You can use a daemon to do all the work for you. In Simple stateful firewall[1] you can read a method for that.

iptables-only method

iptables rules

The module recent in iptables is used to dynamically create list of ip addresses based on their (successful or unsuccessful) port connections.

Using recent we can find out if a certain IP address has knocked the correct ports, and if that is the case, open certain port(s).

The following represents the contents of an iptables.rules file. In this example, the port to be open by port knocking is 22 (default for SSH) The example has comments that explain how it works.

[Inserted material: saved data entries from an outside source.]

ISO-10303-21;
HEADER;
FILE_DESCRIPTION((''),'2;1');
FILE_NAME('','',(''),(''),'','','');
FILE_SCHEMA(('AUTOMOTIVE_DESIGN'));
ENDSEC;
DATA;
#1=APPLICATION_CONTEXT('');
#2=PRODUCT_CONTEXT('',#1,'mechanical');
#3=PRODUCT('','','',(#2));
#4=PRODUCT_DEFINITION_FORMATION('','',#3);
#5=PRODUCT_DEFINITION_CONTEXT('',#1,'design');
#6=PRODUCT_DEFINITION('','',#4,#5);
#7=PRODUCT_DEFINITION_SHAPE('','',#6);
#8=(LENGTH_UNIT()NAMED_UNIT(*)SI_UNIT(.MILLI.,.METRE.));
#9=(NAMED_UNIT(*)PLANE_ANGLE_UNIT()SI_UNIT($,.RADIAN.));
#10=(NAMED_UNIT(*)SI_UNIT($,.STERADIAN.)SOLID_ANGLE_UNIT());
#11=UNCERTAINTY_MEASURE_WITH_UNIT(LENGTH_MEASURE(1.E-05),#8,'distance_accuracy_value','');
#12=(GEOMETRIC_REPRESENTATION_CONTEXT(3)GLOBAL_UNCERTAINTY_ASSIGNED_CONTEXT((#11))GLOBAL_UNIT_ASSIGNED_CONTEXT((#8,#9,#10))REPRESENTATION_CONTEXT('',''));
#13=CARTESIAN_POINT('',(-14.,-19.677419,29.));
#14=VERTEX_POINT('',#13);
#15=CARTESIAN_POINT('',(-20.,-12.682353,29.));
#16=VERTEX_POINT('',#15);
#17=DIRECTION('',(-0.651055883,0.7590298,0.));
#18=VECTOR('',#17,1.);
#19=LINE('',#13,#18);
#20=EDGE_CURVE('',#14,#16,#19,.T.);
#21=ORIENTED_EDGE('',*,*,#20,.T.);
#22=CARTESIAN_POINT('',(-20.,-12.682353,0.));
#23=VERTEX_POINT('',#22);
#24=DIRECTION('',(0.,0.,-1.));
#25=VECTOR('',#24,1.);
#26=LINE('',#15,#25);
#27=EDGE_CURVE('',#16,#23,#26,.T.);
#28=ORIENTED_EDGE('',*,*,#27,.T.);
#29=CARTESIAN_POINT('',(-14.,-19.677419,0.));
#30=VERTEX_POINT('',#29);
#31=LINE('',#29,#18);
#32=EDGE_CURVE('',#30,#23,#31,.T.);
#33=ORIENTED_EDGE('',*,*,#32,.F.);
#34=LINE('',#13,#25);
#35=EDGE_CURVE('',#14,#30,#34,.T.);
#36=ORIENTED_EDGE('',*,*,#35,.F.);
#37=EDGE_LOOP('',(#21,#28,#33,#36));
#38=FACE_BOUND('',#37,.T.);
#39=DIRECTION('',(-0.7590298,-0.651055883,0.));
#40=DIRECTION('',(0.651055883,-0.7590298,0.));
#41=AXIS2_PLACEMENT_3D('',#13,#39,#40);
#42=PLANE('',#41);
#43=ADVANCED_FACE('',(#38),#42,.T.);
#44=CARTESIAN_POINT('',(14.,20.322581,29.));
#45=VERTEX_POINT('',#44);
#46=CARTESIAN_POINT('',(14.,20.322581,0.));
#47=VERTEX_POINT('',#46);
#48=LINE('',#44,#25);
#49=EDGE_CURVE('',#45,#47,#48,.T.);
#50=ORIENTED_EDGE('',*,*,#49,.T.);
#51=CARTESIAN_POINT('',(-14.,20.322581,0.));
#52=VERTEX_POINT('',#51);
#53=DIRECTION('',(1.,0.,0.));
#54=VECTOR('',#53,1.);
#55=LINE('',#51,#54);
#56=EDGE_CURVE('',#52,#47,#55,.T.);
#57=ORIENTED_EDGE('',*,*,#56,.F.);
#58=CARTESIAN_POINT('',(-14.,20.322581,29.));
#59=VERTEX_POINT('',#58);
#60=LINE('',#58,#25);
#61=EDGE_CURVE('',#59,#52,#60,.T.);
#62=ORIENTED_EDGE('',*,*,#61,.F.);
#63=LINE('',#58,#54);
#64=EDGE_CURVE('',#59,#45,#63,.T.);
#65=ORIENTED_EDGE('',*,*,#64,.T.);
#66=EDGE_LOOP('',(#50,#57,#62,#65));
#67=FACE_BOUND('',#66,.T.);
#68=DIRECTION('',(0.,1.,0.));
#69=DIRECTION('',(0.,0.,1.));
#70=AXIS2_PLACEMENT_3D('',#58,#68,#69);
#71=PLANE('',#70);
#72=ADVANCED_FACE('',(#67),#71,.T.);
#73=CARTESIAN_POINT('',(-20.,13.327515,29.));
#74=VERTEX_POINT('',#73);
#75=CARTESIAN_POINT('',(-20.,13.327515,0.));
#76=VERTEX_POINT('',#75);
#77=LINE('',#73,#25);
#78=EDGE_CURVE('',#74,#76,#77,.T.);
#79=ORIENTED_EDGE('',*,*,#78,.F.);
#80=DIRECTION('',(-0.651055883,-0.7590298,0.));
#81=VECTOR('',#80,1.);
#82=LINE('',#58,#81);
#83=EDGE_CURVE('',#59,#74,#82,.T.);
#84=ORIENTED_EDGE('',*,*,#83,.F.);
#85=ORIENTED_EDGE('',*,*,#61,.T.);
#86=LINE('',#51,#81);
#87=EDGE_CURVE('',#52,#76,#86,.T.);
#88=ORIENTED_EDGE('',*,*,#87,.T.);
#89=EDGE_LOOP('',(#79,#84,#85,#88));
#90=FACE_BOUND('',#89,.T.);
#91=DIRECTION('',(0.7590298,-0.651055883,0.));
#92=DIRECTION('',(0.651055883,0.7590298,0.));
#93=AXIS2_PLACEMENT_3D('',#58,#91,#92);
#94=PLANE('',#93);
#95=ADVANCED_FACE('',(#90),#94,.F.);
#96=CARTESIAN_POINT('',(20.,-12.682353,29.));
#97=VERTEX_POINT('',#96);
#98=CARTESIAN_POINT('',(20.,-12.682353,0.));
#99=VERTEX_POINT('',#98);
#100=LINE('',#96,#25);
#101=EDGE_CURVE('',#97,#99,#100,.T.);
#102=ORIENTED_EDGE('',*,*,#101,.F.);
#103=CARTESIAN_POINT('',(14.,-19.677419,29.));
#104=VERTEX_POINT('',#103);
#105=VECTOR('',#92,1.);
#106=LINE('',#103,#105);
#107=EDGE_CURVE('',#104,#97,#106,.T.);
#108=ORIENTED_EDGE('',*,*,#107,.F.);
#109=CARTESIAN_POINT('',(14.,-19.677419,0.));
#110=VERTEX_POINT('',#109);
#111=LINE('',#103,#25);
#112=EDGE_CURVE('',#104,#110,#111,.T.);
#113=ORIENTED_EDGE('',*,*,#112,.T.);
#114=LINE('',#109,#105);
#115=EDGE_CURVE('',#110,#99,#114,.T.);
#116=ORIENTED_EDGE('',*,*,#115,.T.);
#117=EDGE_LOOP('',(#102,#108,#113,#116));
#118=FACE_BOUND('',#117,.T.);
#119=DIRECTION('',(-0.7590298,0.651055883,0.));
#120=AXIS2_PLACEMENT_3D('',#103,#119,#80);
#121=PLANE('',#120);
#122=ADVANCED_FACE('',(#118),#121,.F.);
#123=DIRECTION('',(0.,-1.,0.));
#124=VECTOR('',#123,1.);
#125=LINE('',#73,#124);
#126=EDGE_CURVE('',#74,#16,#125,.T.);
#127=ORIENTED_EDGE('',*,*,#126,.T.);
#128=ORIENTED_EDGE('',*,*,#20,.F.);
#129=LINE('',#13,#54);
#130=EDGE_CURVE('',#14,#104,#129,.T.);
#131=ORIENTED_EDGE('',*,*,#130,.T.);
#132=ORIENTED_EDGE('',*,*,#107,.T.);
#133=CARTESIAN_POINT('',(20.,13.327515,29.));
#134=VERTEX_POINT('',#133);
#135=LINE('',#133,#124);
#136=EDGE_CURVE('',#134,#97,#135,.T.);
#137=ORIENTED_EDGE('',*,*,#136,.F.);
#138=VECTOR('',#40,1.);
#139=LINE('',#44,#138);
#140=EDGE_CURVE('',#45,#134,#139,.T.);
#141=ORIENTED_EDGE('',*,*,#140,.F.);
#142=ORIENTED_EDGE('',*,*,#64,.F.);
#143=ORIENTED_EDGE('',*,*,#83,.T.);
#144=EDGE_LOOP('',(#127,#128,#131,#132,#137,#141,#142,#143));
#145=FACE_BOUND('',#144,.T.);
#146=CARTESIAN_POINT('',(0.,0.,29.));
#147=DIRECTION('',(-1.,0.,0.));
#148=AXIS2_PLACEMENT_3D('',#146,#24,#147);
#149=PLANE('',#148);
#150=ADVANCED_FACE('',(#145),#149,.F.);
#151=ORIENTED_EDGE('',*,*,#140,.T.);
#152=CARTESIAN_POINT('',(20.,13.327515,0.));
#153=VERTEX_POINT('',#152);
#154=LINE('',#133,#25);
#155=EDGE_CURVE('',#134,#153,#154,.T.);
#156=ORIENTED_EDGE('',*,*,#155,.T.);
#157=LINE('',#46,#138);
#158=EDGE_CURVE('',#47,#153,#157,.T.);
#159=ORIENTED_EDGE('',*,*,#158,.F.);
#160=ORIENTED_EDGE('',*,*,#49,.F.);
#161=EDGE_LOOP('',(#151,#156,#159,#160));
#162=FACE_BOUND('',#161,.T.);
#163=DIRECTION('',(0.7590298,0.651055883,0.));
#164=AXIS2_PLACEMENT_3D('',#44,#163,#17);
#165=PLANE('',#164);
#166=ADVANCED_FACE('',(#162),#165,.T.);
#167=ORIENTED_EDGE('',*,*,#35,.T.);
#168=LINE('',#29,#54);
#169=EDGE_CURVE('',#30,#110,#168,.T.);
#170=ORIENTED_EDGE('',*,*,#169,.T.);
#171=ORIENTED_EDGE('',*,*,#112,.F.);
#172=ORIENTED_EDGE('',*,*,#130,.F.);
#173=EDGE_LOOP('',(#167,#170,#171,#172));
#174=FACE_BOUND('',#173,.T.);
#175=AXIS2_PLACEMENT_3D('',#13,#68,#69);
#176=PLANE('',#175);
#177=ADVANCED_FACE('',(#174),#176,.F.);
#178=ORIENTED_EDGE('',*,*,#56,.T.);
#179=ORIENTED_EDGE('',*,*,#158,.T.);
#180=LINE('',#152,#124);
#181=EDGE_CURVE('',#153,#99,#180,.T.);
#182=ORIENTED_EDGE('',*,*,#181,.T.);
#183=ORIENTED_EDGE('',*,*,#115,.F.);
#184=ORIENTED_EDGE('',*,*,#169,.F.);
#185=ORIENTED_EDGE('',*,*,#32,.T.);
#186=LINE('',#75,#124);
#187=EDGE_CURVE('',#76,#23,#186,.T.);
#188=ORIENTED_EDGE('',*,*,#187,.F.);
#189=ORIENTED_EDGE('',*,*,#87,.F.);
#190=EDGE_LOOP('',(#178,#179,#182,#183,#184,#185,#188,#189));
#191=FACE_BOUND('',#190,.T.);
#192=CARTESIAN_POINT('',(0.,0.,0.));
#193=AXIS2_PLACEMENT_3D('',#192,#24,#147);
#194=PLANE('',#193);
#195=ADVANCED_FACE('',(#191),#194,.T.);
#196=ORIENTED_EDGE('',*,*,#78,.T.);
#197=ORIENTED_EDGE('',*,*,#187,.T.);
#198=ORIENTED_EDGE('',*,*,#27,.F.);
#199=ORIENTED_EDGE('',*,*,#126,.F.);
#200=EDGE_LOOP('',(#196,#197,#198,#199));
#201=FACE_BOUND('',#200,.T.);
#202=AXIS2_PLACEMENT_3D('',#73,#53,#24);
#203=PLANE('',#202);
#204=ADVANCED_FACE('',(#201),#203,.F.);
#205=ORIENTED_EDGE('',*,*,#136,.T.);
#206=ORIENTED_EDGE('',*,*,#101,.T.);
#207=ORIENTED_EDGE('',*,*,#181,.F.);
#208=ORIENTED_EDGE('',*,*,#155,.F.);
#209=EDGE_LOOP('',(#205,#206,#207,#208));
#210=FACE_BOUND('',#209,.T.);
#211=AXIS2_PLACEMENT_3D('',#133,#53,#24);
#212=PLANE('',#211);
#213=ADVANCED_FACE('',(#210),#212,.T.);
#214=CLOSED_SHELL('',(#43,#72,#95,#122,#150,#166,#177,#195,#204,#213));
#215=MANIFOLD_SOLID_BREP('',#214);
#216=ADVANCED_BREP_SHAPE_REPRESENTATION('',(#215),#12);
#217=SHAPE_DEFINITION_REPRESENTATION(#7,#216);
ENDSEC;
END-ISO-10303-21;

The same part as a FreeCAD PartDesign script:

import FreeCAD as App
import Part
import Sketcher
from FreeCAD import Vector


def add_polygon(sketch, points):
    """Adds a closed chain of lines whose ends are joined by coincident constraints."""
    first, n = sketch.GeometryCount, len(points)
    for a, b in zip(points, points[1:] + points[:1]):
        sketch.addGeometry(Part.LineSegment(App.Vector(*a, 0), App.Vector(*b, 0)), False)
    for i in range(n):
        sketch.addConstraint(Sketcher.Constraint("Coincident", first + i, 2, first + (i + 1) % n, 1))

doc = App.newDocument("Part")
params = doc.addObject("Spreadsheet::Sheet", "Params")
for row, (alias, value) in enumerate([
    ("sketch1_width", "28 mm"),
    ("pad1_length", "29 mm"),
], start=1):
    params.set(f"A{row}", alias)
    params.set(f"B{row}", "=" + value)
    params.setAlias(f"B{row}", alias)

body = doc.addObject("PartDesign::Body", "Body")

sketch1 = body.newObject("Sketcher::SketchObject", "Sketch")
sketch1.AttachmentSupport = (doc.getObject("XY_Plane"), [""])
sketch1.MapMode = "FlatFace"
add_polygon(sketch1, [(14, 20), (-14, 20), (-20, 13), (-20, -13), (-14, -20), (14, -20), (20, -13), (20, 13)])
sketch1.addConstraint([
    Sketcher.Constraint("Horizontal", 0),
    Sketcher.Constraint("Vertical", 2),
    Sketcher.Constraint("Horizontal", 4),
    Sketcher.Constraint("Vertical", 6),
    Sketcher.Constraint("Symmetric", 2, 2, 5, 2, -2),
    Sketcher.Constraint("Parallel", 1, 5),
    Sketcher.Constraint("Parallel", 3, 7),
    Sketcher.Constraint("Horizontal", 1, 2, 6, 2),
    Sketcher.Constraint("Vertical", 0, 2, 3, 2),
    Sketcher.Constraint("Vertical", 4, 2, 7, 2),
    Sketcher.Constraint("DistanceX", 0, 2, 0, 1, 28.0),
    Sketcher.Constraint("DistanceX", 1, 2, -1, 1, 20.0),
    Sketcher.Constraint("DistanceY", 3, 2, 0, 2, 40.0),
    Sketcher.Constraint("Distance", 1, 9.215799),
    Sketcher.Constraint("DistanceY", -1, 1, 0, 2, 20.322581),
])
sketch1.setExpression("Constraints[18]", "Params.sketch1_width")
pad1 = body.newObject("PartDesign::Pad", "Pad")
pad1.Profile = sketch1
pad1.setExpression("Length", "Params.pad1_length")

doc.recompute()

/etc/iptables/iptables.rules
*filter
 :INPUT ACCEPT [0:0]
 :FORWARD ACCEPT [0:0]
 :OUTPUT ACCEPT [0:0]
 :TRAFFIC - [0:0]
 :SSH-INPUT - [0:0]
 :SSH-INPUTTWO - [0:0]
 -A INPUT -j TRAFFIC
 -A FORWARD -j TRAFFIC
 
 # Accepted connections by default
 
 -A TRAFFIC -i lo -j ACCEPT
 -A TRAFFIC -s 192.168.0.0/24 -j ACCEPT
 -A TRAFFIC -p icmp --icmp-type any -j ACCEPT
 -A TRAFFIC -m state --state ESTABLISHED,RELATED -j ACCEPT
 -A TRAFFIC -m state --state NEW -m tcp -p tcp --dport 80 -j ACCEPT
 -A TRAFFIC -m state --state NEW -m tcp -p tcp --dport 443 -j ACCEPT
 
 # Port Knocking -- the correct port sequence is 8881 -> 7777 -> 9991; any other sequence will close the port 22
 
 # If the ip is on the list SSH2, the port 22 is going to be open for 30 seconds, 
 # after that is closed again (but only for new connections, established ones are not closed)
 -A TRAFFIC -m state --state NEW -m tcp -p tcp --dport 22 -m recent --rcheck --seconds 30 --name SSH2 -j ACCEPT
 
 # Now we delete the ip from the list SSH2 (if present)
 -A TRAFFIC -m state --state NEW -m tcp -p tcp -m recent --name SSH2 --remove -j DROP
 
 # This will call SSH-INPUTTWO if the ip is present on the list SSH1 and the port knocked is 9991
 -A TRAFFIC -m state --state NEW -m tcp -p tcp --dport 9991 -m recent --rcheck --name SSH1 -j SSH-INPUTTWO
 
 # Now we delete the ip from the list SSH1 (if present)
 -A TRAFFIC -m state --state NEW -m tcp -p tcp -m recent --name SSH1 --remove -j DROP
 
 # This will call SSH-INPUT if the ip is present on the list SSH0 and the port knocked is 7777
 -A TRAFFIC -m state --state NEW -m tcp -p tcp --dport 7777 -m recent --rcheck --name SSH0 -j SSH-INPUT
 
 # Now we delete the ip from the list SSH0 (if present)
 -A TRAFFIC -m state --state NEW -m tcp -p tcp -m recent --name SSH0 --remove -j DROP
 
 # This will add the ip to the list SSH0 if the port knocked is 8881
 -A TRAFFIC -m state --state NEW -m tcp -p tcp --dport 8881 -m recent --name SSH0 --set -j DROP
 
 # SSH-INPUT add the ip to the list SSH1 
 -A SSH-INPUT -m recent --name SSH1 --set -j DROP

 # SSH-INPUTTWO add the ip to the list SSH2
 -A SSH-INPUTTWO -m recent --name SSH2 --set -j DROP 
 
 # Any other traffic is dropped
 -A TRAFFIC -j DROP
 COMMIT
 # you can add nat rules, etc here
Note: For security reasons, the 8881, 7777 and 9991 ports used in the above example should be changed. Please use a unique set of port numbers.

Port knocking script

Now we can use a simple shell script (knock.sh) to do the knocking:

knock.sh
#!/bin/bash
HOST=$1
shift
for ARG in "$@"
do
        nmap -PN --host_timeout 201 --max-retries 0 -p $ARG $HOST
done

Here is how the script would work:

$ ssh username@hostname # No response (Ctrl+c to exit)
^C
$ sh knock.sh hostname 8881 7777 9991
$ history -r
$ ssh username@hostname # Now logins are allowed
username@hostname's password:

Disclaimer

Security gained from using the above information cannot be guaranteed. This is only a way to mask the existence of a service at a certain port. Other security measures should be used. If you use the above information for any purpose, you do so at your own risk.